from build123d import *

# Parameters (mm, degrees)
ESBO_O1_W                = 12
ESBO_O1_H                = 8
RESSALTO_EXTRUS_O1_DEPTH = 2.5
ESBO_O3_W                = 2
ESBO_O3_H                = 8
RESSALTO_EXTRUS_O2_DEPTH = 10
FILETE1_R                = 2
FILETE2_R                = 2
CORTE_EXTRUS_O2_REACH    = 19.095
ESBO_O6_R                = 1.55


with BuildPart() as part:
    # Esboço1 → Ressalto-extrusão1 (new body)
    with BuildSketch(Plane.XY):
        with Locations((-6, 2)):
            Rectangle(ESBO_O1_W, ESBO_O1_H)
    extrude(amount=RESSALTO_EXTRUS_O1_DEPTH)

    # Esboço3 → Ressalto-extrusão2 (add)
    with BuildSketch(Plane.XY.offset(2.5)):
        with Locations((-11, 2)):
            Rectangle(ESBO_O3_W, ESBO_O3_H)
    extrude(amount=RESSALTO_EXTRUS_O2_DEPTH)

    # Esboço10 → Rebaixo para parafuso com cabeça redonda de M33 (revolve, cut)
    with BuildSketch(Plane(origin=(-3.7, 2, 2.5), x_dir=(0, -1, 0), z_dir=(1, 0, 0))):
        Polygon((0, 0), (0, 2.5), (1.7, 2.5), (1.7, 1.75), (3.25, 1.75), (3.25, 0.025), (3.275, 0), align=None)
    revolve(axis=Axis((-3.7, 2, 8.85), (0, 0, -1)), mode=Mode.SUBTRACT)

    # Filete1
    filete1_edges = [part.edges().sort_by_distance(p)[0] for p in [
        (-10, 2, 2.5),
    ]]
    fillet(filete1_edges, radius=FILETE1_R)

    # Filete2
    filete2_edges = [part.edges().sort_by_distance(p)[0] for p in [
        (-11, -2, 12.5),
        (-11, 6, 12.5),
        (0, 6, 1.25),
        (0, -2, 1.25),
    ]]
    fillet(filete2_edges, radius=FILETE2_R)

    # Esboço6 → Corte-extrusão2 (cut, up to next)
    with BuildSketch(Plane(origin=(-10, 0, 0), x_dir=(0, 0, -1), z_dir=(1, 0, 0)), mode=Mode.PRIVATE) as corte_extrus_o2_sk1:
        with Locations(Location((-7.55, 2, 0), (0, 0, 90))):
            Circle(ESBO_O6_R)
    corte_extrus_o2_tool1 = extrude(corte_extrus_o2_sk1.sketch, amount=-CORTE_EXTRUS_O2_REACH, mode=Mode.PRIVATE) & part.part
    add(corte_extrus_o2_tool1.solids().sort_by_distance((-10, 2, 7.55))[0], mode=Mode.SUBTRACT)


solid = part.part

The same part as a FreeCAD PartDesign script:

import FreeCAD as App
import Part
import Sketcher
Q = App.Units.Quantity


def edges_at(feature, points):
    """Names of the edges that pass closest to the given points."""
    edges = feature.Shape.Edges
    near = lambda p: min(range(len(edges)), key=lambda i: edges[i].distToShape(Part.Vertex(*p))[0])
    return sorted({f"Edge{near(p) + 1}" for p in points})

doc = App.newDocument("Part")
body = doc.addObject("PartDesign::Body", "Body")

# Sketch on XY plane
sketch1 = body.newObject("Sketcher::SketchObject", "Sketch")
sketch1.AttachmentSupport = (doc.getObject("XY_Plane"), [""])
sketch1.MapMode = "FlatFace"
sketch1.addGeometry(Part.LineSegment(App.Vector(-12, 6, 0), App.Vector(-12, -2, 0)), False)
sketch1.addGeometry(Part.LineSegment(App.Vector(-12, -2, 0), App.Vector(0, -2, 0)), False)
sketch1.addGeometry(Part.LineSegment(App.Vector(0, -2, 0), App.Vector(0, 6, 0)), False)
sketch1.addGeometry(Part.LineSegment(App.Vector(0, 6, 0), App.Vector(-12, 6, 0)), False)
sketch1.addConstraint(Sketcher.Constraint("Coincident", 0, 2, 1, 1))
sketch1.addConstraint(Sketcher.Constraint("Coincident", 1, 2, 2, 1))
sketch1.addConstraint(Sketcher.Constraint("Coincident", 2, 2, 3, 1))
sketch1.addConstraint(Sketcher.Constraint("Coincident", 3, 2, 0, 1))
sketch1.addConstraint(Sketcher.Constraint("Vertical", 0))
sketch1.addConstraint(Sketcher.Constraint("Horizontal", 1))
sketch1.addConstraint(Sketcher.Constraint("Vertical", 2))
sketch1.addConstraint(Sketcher.Constraint("Horizontal", 3))
sketch1.addConstraint(Sketcher.Constraint("PointOnObject", 1, 2, -2))
sketch1.addConstraint(Sketcher.Constraint("DistanceX", 1, 1, 1, 2, Q("12 mm")))
sketch1.addConstraint(Sketcher.Constraint("DistanceY", 0, 2, 0, 1, Q("8 mm")))
sketch1.addConstraint(Sketcher.Constraint("DistanceY", 0, 2, -1, 1, Q("2 mm")))
pad1 = body.newObject("PartDesign::Pad", "Pad")
pad1.Profile = sketch1
pad1.Length = 2.5

# Sketch on XY plane
sketch2 = body.newObject("Sketcher::SketchObject", "Sketch001")
sketch2.AttachmentSupport = (doc.getObject("XY_Plane"), [""])
sketch2.MapMode = "FlatFace"
sketch2.AttachmentOffset = App.Placement(App.Vector(0, 0, 2.5), App.Rotation())
sketch2.addGeometry(Part.LineSegment(App.Vector(-12, 6, 0), App.Vector(-12, -2, 0)), False)
sketch2.addGeometry(Part.LineSegment(App.Vector(-12, -2, 0), App.Vector(-10, -2, 0)), False)
sketch2.addGeometry(Part.LineSegment(App.Vector(-10, -2, 0), App.Vector(-10, 6, 0)), False)
sketch2.addGeometry(Part.LineSegment(App.Vector(-10, 6, 0), App.Vector(-12, 6, 0)), False)
sketch2.addConstraint(Sketcher.Constraint("Coincident", 0, 2, 1, 1))
sketch2.addConstraint(Sketcher.Constraint("Coincident", 1, 2, 2, 1))
sketch2.addConstraint(Sketcher.Constraint("Coincident", 2, 2, 3, 1))
sketch2.addConstraint(Sketcher.Constraint("Coincident", 3, 2, 0, 1))
sketch2.addConstraint(Sketcher.Constraint("Vertical", 0))
sketch2.addConstraint(Sketcher.Constraint("Horizontal", 1))
sketch2.addConstraint(Sketcher.Constraint("Vertical", 2))
sketch2.addConstraint(Sketcher.Constraint("Horizontal", 3))
sketch2.addConstraint(Sketcher.Constraint("DistanceX", 1, 1, 1, 2, Q("2 mm")))
sketch2.addConstraint(Sketcher.Constraint("DistanceY", 0, 2, 0, 1, Q("8 mm")))
sketch2.addConstraint(Sketcher.Constraint("DistanceX", 0, 2, -1, 1, Q("12 mm")))
sketch2.addConstraint(Sketcher.Constraint("DistanceY", 0, 2, -1, 1, Q("2 mm")))
pad2 = body.newObject("PartDesign::Pad", "Pad001")
pad2.Profile = sketch2
pad2.Length = 10

# Sketch on YZ plane
sketch3 = body.newObject("Sketcher::SketchObject", "Sketch002")
sketch3.AttachmentSupport = (doc.getObject("YZ_Plane"), [""])
sketch3.MapMode = "FlatFace"
sketch3.AttachmentOffset = App.Placement(App.Vector(0, 0, -3.7), App.Rotation())
sketch3.addGeometry(Part.LineSegment(App.Vector(2, 0, 0), App.Vector(2, 2.5, 0)), False)
sketch3.addGeometry(Part.LineSegment(App.Vector(2, 2.5, 0), App.Vector(-1.275, 2.5, 0)), False)
sketch3.addGeometry(Part.LineSegment(App.Vector(-1.275, 2.5, 0), App.Vector(-1.25, 2.475, 0)), False)
sketch3.addGeometry(Part.LineSegment(App.Vector(-1.25, 2.475, 0), App.Vector(-1.25, 0.75, 0)), False)
sketch3.addGeometry(Part.LineSegment(App.Vector(-1.25, 0.75, 0), App.Vector(0.3, 0.75, 0)), False)
sketch3.addGeometry(Part.LineSegment(App.Vector(0.3, 0.75, 0), App.Vector(0.3, 0, 0)), False)
sketch3.addGeometry(Part.LineSegment(App.Vector(0.3, 0, 0), App.Vector(2, 0, 0)), False)
sketch3.addGeometry(Part.LineSegment(App.Vector(2, 2.5, 0), App.Vector(2, 0, 0)), True)  # axis
sketch3.addConstraint(Sketcher.Constraint("Coincident", 0, 2, 1, 1))
sketch3.addConstraint(Sketcher.Constraint("Coincident", 1, 2, 2, 1))
sketch3.addConstraint(Sketcher.Constraint("Coincident", 2, 2, 3, 1))
sketch3.addConstraint(Sketcher.Constraint("Coincident", 3, 2, 4, 1))
sketch3.addConstraint(Sketcher.Constraint("Coincident", 4, 2, 5, 1))
sketch3.addConstraint(Sketcher.Constraint("Coincident", 5, 2, 6, 1))
sketch3.addConstraint(Sketcher.Constraint("Coincident", 6, 2, 0, 1))
sketch3.addConstraint(Sketcher.Constraint("Vertical", 0))
sketch3.addConstraint(Sketcher.Constraint("Horizontal", 1))
sketch3.addConstraint(Sketcher.Constraint("Vertical", 3))
sketch3.addConstraint(Sketcher.Constraint("Horizontal", 4))
sketch3.addConstraint(Sketcher.Constraint("Vertical", 5))
sketch3.addConstraint(Sketcher.Constraint("Horizontal", 6))
sketch3.addConstraint(Sketcher.Constraint("Vertical", 7))
sketch3.addConstraint(Sketcher.Constraint("Coincident", 7, 1, 0, 2))
sketch3.addConstraint(Sketcher.Constraint("PointOnObject", 5, 2, -1))
sketch3.addConstraint(Sketcher.Constraint("PointOnObject", 7, 2, -1))
sketch3.addConstraint(Sketcher.Constraint("Angle", 2, Q("-45 deg")))
sketch3.addConstraint(Sketcher.Constraint("DistanceX", 6, 1, 6, 2, Q("1.7 mm")))
sketch3.addConstraint(Sketcher.Constraint("DistanceY", 0, 1, 0, 2, Q("2.5 mm")))
sketch3.addConstraint(Sketcher.Constraint("DistanceX", -1, 1, 0, 2, Q("2 mm")))
sketch3.addConstraint(Sketcher.Constraint("DistanceX", 4, 1, 4, 2, Q("1.55 mm")))
sketch3.addConstraint(Sketcher.Constraint("DistanceY", 5, 2, 5, 1, Q("0.75 mm")))
sketch3.addConstraint(Sketcher.Constraint("DistanceX", 1, 2, 1, 1, Q("3.275 mm")))
groove = body.newObject("PartDesign::Groove", "Groove")
groove.Profile = sketch3
groove.ReferenceAxis = (sketch3, ["Axis0"])
groove.Angle = 360
doc.recompute()

fillet = body.newObject("PartDesign::Fillet", "Fillet")
fillet.Base = (groove, edges_at(groove, [(-10, 2, 2.5)]))
fillet.Radius = 2
doc.recompute()

fillet2 = body.newObject("PartDesign::Fillet", "Fillet001")
fillet2.Base = (fillet, edges_at(fillet, [
    (-11, -2, 12.5),
    (-11, 6, 12.5),
    (0, 6, 1.25),
    (0, -2, 1.25),
]))
fillet2.Radius = 2

# Sketch on YZ plane
sketch4 = body.newObject("Sketcher::SketchObject", "Sketch003")
sketch4.AttachmentSupport = (doc.getObject("YZ_Plane"), [""])
sketch4.MapMode = "FlatFace"
sketch4.AttachmentOffset = App.Placement(App.Vector(0, 0, -10), App.Rotation())
sketch4.addGeometry(Part.Circle(App.Vector(2, 7.5, 0), App.Vector(0, 0, 1), 1.6), False)
sketch4.addConstraint(Sketcher.Constraint("Diameter", 0, Q("3.1 mm")))
sketch4.addConstraint(Sketcher.Constraint("DistanceX", -1, 1, 0, 3, Q("2 mm")))
sketch4.addConstraint(Sketcher.Constraint("DistanceY", -1, 1, 0, 3, Q("7.55 mm")))
pocket1 = body.newObject("PartDesign::Pocket", "Pocket")
pocket1.Profile = sketch4
pocket1.Type = "UpToFirst"

doc.recompute()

──────────────────────────────

Work instruction = In the material above, find the line containing "RESSALTO_EXTRUS_O1_DEPTH = 2.5" and the line containing "extrude(amount=RESSALTO_EXTRUS_O2_DEPTH)", then write out exactly those two lines and every line between them, and nothing more.

Answer to the problem =
RESSALTO_EXTRUS_O1_DEPTH = 2.5
ESBO_O3_W                = 2
ESBO_O3_H                = 8
RESSALTO_EXTRUS_O2_DEPTH = 10
FILETE1_R                = 2
FILETE2_R                = 2
CORTE_EXTRUS_O2_REACH    = 19.095
ESBO_O6_R                = 1.55


with BuildPart() as part:
    # Esboço1 → Ressalto-extrusão1 (new body)
    with BuildSketch(Plane.XY):
        with Locations((-6, 2)):
            Rectangle(ESBO_O1_W, ESBO_O1_H)
    extrude(amount=RESSALTO_EXTRUS_O1_DEPTH)

    # Esboço3 → Ressalto-extrusão2 (add)
    with BuildSketch(Plane.XY.offset(2.5)):
        with Locations((-11, 2)):
            Rectangle(ESBO_O3_W, ESBO_O3_H)
    extrude(amount=RESSALTO_EXTRUS_O2_DEPTH)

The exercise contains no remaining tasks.